Die Welt als Heimat der Menschen

Giulia Civitelli, eine Italienerin und Ärztin bei der Diözesan-Caritas-Polyambulanz in Rom, hilft Ausländern ohne Aufenthaltsgenehmigung und Menschen in Situationen sozialer Ausgrenzung. Sie ist eine der weltlichen Missionare, die in die Fußstapfen von Bischof Scalabrini getreten sind, und widmet sich neben ihrem Beruf der Ausbildung junger Migranten und Flüchtlinge. 

"Das Schlüsselwort ist 'Willkommen', ein Blick in die Augen des anderen, ein Versuch, miteinander zu reden, auch wenn wir oft nicht dieselbe Sprache sprechen, und genau das ist der Ursprung dieser brüderlichen Begegnung", erklärt er Omnes. 

Giulia ist eine der Missionarinnen, die oft in die Schweiz reist, um bei der Ausbildung junger Menschen zu helfen.
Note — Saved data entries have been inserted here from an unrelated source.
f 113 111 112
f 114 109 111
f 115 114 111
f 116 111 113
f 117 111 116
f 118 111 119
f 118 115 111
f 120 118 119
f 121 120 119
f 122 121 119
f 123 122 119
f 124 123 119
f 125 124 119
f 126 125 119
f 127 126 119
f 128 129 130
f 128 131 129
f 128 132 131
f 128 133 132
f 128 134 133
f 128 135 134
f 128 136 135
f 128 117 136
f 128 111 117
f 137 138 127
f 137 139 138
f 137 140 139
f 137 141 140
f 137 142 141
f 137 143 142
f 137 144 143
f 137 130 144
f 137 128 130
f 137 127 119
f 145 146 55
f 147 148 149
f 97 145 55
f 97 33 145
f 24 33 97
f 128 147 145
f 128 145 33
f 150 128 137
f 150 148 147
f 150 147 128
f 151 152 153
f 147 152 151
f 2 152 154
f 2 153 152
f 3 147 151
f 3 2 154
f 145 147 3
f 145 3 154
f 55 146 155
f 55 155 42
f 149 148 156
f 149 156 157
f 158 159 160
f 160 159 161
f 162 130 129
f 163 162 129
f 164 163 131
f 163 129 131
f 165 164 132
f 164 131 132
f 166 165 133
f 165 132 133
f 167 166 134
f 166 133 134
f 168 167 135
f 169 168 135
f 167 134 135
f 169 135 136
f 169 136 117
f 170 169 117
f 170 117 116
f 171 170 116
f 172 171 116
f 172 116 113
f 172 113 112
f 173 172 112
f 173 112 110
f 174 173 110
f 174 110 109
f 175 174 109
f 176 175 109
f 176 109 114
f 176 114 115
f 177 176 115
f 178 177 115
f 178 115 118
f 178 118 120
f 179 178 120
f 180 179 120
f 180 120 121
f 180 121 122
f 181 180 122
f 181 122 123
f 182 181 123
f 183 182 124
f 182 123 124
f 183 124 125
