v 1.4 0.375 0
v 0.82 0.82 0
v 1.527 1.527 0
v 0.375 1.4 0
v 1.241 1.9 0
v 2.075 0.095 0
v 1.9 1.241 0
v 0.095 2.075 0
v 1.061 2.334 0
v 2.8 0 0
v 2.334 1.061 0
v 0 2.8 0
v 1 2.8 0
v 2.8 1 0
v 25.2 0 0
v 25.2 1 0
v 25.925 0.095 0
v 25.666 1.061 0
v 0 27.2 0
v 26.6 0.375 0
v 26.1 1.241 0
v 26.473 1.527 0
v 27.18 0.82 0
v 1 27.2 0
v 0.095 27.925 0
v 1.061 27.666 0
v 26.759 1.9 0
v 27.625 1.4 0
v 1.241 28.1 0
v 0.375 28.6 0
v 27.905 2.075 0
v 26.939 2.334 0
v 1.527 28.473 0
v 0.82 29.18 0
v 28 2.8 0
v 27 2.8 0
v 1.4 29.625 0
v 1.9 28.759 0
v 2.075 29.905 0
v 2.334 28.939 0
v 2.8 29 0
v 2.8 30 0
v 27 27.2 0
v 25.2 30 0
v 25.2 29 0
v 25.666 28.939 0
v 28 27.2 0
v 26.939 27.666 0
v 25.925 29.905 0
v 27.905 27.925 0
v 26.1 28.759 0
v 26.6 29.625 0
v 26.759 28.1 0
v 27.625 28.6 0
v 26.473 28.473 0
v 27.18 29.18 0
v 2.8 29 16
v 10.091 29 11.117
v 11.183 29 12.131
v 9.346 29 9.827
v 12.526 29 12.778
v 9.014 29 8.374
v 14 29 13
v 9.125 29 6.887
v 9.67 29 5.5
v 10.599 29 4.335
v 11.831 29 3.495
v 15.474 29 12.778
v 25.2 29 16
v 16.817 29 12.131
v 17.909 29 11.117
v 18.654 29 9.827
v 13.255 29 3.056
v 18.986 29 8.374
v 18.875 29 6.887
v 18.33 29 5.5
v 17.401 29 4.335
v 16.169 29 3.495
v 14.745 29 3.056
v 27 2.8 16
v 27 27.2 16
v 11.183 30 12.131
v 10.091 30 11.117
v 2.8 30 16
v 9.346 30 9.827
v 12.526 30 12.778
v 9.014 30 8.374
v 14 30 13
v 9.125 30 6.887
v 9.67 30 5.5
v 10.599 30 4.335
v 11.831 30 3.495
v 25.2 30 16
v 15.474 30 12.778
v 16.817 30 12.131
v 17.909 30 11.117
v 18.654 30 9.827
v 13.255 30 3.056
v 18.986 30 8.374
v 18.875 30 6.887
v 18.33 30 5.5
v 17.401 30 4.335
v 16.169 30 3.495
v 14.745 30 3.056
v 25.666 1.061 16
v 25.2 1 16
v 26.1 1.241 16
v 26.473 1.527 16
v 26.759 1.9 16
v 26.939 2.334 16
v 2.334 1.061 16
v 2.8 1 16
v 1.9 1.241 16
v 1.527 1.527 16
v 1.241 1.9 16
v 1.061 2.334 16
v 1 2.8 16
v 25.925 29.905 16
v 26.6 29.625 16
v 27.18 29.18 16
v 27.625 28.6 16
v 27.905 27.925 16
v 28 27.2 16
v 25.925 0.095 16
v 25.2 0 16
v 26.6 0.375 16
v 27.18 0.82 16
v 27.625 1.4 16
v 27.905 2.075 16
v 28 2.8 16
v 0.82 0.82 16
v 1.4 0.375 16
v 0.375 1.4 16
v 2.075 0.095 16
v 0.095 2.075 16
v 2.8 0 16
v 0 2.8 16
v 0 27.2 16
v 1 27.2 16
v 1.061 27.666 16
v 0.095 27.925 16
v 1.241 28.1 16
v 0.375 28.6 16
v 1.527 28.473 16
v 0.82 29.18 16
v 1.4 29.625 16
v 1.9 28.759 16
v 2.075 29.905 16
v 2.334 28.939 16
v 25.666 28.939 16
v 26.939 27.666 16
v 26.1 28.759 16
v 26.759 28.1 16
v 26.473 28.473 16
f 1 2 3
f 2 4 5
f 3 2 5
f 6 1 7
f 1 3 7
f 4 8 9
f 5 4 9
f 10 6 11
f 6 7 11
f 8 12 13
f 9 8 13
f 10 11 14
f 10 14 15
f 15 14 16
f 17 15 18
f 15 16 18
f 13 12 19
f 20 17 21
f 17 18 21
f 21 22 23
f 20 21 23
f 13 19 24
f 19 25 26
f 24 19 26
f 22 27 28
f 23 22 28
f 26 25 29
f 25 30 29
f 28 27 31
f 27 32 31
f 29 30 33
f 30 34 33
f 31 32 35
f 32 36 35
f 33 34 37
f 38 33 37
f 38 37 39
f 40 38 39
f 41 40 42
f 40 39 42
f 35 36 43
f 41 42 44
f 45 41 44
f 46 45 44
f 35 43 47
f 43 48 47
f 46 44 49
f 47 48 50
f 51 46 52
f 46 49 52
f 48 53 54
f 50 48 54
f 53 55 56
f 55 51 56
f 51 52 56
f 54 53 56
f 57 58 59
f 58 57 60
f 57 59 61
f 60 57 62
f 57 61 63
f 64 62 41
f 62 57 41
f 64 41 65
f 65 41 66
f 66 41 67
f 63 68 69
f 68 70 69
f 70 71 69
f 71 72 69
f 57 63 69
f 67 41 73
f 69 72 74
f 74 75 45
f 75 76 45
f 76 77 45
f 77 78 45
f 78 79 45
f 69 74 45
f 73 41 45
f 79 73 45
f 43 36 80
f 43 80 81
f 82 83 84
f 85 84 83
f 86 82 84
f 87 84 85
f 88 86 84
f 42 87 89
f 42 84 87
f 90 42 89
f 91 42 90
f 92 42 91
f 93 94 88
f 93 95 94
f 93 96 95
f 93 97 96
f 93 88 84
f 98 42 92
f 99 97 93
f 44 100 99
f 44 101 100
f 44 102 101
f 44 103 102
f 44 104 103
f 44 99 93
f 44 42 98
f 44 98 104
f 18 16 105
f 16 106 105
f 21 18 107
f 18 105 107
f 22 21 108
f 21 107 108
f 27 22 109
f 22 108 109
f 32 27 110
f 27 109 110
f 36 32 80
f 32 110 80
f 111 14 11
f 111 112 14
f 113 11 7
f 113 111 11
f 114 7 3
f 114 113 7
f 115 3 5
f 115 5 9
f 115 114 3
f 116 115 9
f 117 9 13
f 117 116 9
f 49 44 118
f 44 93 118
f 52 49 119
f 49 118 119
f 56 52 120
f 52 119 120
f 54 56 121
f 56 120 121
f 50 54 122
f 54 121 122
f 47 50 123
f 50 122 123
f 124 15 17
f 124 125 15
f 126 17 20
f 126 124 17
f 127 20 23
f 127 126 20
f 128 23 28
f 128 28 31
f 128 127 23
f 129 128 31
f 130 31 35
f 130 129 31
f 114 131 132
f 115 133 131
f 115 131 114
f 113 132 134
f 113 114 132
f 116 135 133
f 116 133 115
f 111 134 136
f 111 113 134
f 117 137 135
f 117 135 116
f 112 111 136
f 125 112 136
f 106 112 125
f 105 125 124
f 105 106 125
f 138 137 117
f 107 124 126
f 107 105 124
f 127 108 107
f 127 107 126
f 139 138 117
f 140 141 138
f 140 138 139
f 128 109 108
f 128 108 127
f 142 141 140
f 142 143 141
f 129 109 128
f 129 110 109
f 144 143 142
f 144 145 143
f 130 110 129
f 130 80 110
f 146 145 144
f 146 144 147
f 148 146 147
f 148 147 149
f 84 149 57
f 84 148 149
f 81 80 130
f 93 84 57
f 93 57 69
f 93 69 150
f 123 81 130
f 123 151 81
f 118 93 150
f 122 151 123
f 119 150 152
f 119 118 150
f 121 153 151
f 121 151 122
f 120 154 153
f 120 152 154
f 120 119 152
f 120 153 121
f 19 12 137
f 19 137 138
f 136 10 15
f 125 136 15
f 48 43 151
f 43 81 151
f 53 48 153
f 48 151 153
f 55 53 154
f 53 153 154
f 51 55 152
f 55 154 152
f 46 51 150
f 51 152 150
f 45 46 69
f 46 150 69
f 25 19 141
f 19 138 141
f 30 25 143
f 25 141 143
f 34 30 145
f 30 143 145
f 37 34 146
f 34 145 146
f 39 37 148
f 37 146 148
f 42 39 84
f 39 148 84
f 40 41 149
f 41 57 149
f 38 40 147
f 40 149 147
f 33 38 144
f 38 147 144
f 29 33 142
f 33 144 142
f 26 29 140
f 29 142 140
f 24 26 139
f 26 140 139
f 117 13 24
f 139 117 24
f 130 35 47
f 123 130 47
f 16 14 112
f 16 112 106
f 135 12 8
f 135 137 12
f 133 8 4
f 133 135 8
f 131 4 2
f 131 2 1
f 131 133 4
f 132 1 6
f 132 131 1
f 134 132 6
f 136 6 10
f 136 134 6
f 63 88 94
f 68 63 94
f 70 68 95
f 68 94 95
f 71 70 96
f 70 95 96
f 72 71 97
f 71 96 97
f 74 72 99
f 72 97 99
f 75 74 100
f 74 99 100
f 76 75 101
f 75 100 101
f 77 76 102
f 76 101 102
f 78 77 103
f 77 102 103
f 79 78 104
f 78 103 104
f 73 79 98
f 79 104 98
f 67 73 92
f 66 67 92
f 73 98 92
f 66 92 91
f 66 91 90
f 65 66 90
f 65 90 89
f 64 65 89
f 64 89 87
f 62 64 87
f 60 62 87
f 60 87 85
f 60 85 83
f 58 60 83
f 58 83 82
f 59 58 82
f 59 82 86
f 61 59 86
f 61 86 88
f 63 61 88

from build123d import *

# Parameters (mm, degrees)
SKETCH_1_W          = 28
SKETCH_1_H          = 30
SKETCH_1_W_2        = 26
SKETCH_1_H_2        = 28
EXTRUDE_1_DEPTH     = 16
FILLET_1_R          = 1.8
FILLET_2_R          = 2.8
SKETCH_2_R          = 5
CUT_EXTRUDE_1_DEPTH = 16


with BuildPart() as part:
    # Эскиз1 → Бобышка-Вытянуть1 (new body)
    with BuildSketch(Plane.XY):
        with Locations((14, 15)):
            Rectangle(SKETCH_1_W, SKETCH_1_H)
        with Locations((14, 15)):
            Rectangle(SKETCH_1_W_2, SKETCH_1_H_2, mode=Mode.SUBTRACT)
    extrude(amount=EXTRUDE_1_DEPTH)

    # Скругление1
    fillet_1_edges = [part.edges().sort_by_distance(p)[0] for p in [
        (27, 29, 8),
        (1, 29, 8),
        (1, 1, 8),
        (27, 1, 8),
    ]]
    fillet(fillet_1_edges, radius=FILLET_1_R)

    # Скругление2
    fillet_2_edges = [part.edges().sort_by_distance(p)[0] for p in [
        (0, 30, 8),
        (28, 30, 8),
        (28, 0, 8),
        (0, 0, 8),
    ]]
    fillet(fillet_2_edges, radius=FILLET_2_R)

    # Эскиз2 → Вырез-Вытянуть1 (cut)
    with BuildSketch(Plane(origin=(0, 30, 0), x_dir=(1, 0, 0), z_dir=(0, 1, 0))):
        with Locations(Location((14, -8, 0), (0, 0, 270))):
            Circle(SKETCH_2_R)
    extrude(amount=-CUT_EXTRUDE_1_DEPTH, mode=Mode.SUBTRACT)


solid = part.part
Aus dieser Zeit ist ihr besonders die Geschichte eines afghanischen Flüchtlings, Samad Quayumi, in Erinnerung geblieben, der wegen des Krieges aus seinem Land fliehen musste: 

"Er war ausgebildeter Ingenieur und wurde schließlich Bildungsminister in Afghanistan. Er kam vor mehr als 20 Jahren mit seiner Frau und zwei seiner drei Kinder in die Schweiz, als er fliehen musste, als die Taliban ins Land kamen. In den ersten sieben Jahren, in denen er auf eine Aufenthaltsgenehmigung wartete, änderte sich sein Leben radikal: Er war nicht mehr Bildungsminister, sondern wurde sozusagen unsichtbar. Mit der Aufenthaltsgenehmigung konnte er eine Arbeit aufnehmen, und zwar als Pförtner in dem Haus, in dem er wohnte. 

Einige Zeit später spezialisierte er sich auf die Restaurierung von Rüstungen. Er hat sich diesen Beruf selbst beigebracht, weil er um jeden Preis arbeiten wollte, und so wurde er zu einem der bekanntesten Rüstungsrestauratoren des Landes. Als ich ihn kennenlernte, war er immer noch sehr an der Ausbildung junger Menschen interessiert, und so begann er, zu den von uns organisierten Treffen mit jungen Menschen zu kommen. Indem er den Jugendlichen seine Geschichte erzählte, brachte er viele von ihnen zum Nachdenken über sein Leben, darüber, was es bedeutet, jeden Moment zu schätzen, auch die schwierigen Momente, wie die Flucht aus einem Land im Krieg, oder darüber, was Glaube und Hoffnung bedeuten, denn er warf bei den Jugendlichen auch Fragen zu ihrem Glauben auf. Er war Muslim, hatte aber große Zuneigung und Respekt für die katholische Religion.

Die Heiligsprechung von Bischof Scalabrini und des Argentiniers Artemide Zatti ist nicht nur eine gute Nachricht für alle Scalabriner oder für Migranten und Flüchtlinge, sondern für die ganze Kirche. John Baptist Scalabrinis mütterlicher Blick auf Flüchtlinge und Migranten weist einen Weg nach vorn. Wenn die Päpste im Laufe der Kirchengeschichte viele Männer und Frauen aller Zeiten zu Heiligen erklärt haben, so geschah dies, um sie vor dem Volk Gottes - und warum nicht auch vor der Welt - als Referenz darzustellen.